EXERCISE GOAL = Each line of the data below from the one holding "v 1.114 -25.4 14.859" to the one holding "v -10.923 25.4 10.135", inclusive, is to be reproduced exactly; no other line belongs in the answer.

(GIVEN INFORMATION begins)

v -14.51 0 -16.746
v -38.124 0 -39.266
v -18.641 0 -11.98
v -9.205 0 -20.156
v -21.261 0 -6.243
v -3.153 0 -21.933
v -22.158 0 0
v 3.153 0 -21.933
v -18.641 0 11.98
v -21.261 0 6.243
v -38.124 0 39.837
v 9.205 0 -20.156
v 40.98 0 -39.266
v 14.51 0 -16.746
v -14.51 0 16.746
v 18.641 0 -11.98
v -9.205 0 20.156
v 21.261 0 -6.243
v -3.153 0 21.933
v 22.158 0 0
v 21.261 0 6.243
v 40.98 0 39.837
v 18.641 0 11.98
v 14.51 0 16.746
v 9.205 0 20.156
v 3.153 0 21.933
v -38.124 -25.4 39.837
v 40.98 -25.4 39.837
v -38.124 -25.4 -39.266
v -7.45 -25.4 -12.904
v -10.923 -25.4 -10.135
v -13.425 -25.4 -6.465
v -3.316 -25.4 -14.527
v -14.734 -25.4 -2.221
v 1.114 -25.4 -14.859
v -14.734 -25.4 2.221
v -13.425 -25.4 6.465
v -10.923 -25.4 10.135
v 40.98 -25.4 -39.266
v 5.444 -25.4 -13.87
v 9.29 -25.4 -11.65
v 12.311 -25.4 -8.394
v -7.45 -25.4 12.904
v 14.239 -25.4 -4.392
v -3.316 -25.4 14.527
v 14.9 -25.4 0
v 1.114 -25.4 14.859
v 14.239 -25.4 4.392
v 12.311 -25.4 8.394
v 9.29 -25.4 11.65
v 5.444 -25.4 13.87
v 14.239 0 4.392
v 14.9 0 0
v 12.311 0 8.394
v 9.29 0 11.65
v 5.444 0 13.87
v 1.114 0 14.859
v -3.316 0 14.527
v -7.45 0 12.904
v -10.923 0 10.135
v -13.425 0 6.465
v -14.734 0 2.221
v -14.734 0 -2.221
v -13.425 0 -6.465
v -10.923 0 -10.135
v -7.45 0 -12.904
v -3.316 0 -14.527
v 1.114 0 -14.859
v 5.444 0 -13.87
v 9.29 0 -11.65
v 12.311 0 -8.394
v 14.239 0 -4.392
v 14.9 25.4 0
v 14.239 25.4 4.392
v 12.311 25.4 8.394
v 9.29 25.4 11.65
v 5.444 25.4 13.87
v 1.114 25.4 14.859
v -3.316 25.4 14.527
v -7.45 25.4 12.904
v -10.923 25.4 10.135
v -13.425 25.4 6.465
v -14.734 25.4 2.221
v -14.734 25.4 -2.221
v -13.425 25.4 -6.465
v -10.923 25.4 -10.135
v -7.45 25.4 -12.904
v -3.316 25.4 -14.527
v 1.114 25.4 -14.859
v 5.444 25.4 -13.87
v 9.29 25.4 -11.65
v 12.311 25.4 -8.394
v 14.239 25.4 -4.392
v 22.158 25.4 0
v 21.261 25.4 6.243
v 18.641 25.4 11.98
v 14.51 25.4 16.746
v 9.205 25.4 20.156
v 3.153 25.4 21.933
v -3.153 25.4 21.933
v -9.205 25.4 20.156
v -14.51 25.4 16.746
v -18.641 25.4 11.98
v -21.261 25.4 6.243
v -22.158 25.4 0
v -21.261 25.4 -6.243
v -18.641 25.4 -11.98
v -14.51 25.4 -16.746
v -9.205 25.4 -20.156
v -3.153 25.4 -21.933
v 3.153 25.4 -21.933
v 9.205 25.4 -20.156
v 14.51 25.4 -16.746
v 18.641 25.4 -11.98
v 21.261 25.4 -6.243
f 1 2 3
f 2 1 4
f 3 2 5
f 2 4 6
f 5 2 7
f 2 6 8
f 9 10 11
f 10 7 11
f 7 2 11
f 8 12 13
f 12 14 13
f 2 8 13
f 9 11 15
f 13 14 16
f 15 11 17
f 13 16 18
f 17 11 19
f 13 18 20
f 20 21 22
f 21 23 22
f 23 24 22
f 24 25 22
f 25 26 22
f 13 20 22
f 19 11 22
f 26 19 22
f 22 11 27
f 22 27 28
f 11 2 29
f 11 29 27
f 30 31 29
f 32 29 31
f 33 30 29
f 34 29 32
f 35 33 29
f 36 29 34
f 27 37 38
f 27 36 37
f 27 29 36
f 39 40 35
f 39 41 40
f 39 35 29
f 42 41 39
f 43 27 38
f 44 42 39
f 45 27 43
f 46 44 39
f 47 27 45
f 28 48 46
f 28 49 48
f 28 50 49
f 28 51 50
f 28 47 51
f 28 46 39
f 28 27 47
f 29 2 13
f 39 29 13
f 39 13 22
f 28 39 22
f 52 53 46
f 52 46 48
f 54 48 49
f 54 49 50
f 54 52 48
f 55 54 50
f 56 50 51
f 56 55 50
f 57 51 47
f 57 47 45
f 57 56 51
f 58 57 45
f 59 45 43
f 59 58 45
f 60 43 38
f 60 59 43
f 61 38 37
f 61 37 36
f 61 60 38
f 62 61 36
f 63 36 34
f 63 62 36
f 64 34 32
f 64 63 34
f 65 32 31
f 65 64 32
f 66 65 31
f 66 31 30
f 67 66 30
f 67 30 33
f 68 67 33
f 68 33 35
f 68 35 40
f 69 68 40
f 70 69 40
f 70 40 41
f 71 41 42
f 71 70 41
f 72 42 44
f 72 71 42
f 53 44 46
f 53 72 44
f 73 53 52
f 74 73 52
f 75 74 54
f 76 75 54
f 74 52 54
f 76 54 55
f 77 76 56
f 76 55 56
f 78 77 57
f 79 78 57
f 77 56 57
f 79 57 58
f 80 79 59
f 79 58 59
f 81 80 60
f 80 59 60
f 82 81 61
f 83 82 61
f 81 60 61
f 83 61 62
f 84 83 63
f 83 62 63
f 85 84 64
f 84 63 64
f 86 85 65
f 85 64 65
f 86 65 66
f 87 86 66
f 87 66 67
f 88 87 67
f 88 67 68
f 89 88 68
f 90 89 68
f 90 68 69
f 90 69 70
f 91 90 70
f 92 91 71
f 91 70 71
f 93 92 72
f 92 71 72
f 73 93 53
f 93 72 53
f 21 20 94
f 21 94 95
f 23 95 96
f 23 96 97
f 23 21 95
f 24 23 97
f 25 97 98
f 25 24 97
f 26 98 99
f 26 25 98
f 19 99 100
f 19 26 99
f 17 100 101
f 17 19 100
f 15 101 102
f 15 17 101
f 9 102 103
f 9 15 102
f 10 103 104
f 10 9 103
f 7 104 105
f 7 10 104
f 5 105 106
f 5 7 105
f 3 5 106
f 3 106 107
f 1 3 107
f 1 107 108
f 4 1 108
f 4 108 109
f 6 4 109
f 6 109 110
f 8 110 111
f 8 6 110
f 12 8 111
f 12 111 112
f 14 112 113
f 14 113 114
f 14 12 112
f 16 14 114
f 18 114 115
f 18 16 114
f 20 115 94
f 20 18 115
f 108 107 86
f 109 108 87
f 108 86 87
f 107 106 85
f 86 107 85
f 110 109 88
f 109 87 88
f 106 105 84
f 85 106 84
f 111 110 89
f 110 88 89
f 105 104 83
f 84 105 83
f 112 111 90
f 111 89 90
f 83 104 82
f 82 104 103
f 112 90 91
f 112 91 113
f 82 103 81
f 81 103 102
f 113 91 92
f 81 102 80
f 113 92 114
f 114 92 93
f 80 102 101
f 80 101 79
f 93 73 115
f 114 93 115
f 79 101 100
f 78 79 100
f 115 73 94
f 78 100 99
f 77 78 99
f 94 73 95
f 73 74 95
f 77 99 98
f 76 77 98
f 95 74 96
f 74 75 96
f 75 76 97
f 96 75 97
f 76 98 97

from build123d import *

# Parameters (mm, degrees)
F0_W     = 79.103634
F0_H     = 79.10363
F0_R     = 22.158127
F0_R_2   = 14.900496
F1_DEPTH = 25.4
F2_DEPTH = 25.4
F3_DEPTH = 25.401


with BuildPart() as f1:
    # F0 (on Front) → F1 (new body)
    with BuildSketch(Plane.XZ):
        with Locations((1.427859, 0.285575)):
            Rectangle(F0_W, F0_H)
        Circle(F0_R, mode=Mode.SUBTRACT)
        Circle(F0_R_2)
        Circle(F0_R)
        Circle(F0_R_2, mode=Mode.SUBTRACT)
    extrude(amount=F1_DEPTH)

    # F0 (on Front) → F2 (join)
    with BuildSketch(Plane.XZ):
        Circle(F0_R)
        Circle(F0_R_2, mode=Mode.SUBTRACT)
    extrude(amount=-F2_DEPTH)

    # F0 (on Front) → F3 (cut, through all)
    with BuildSketch(Plane.XZ):
        Circle(F0_R_2)
    extrude(amount=F3_DEPTH, mode=Mode.SUBTRACT)


solid = f1.part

(GIVEN INFORMATION ends)

EXERCISE ANSWER =
v 1.114 -25.4 14.859
v 14.239 -25.4 4.392
v 12.311 -25.4 8.394
v 9.29 -25.4 11.65
v 5.444 -25.4 13.87
v 14.239 0 4.392
v 14.9 0 0
v 12.311 0 8.394
v 9.29 0 11.65
v 5.444 0 13.87
v 1.114 0 14.859
v -3.316 0 14.527
v -7.45 0 12.904
v -10.923 0 10.135
v -13.425 0 6.465
v -14.734 0 2.221
v -14.734 0 -2.221
v -13.425 0 -6.465
v -10.923 0 -10.135
v -7.45 0 -12.904
v -3.316 0 -14.527
v 1.114 0 -14.859
v 5.444 0 -13.87
v 9.29 0 -11.65
v 12.311 0 -8.394
v 14.239 0 -4.392
v 14.9 25.4 0
v 14.239 25.4 4.392
v 12.311 25.4 8.394
v 9.29 25.4 11.65
v 5.444 25.4 13.87
v 1.114 25.4 14.859
v -3.316 25.4 14.527
v -7.45 25.4 12.904
v -10.923 25.4 10.135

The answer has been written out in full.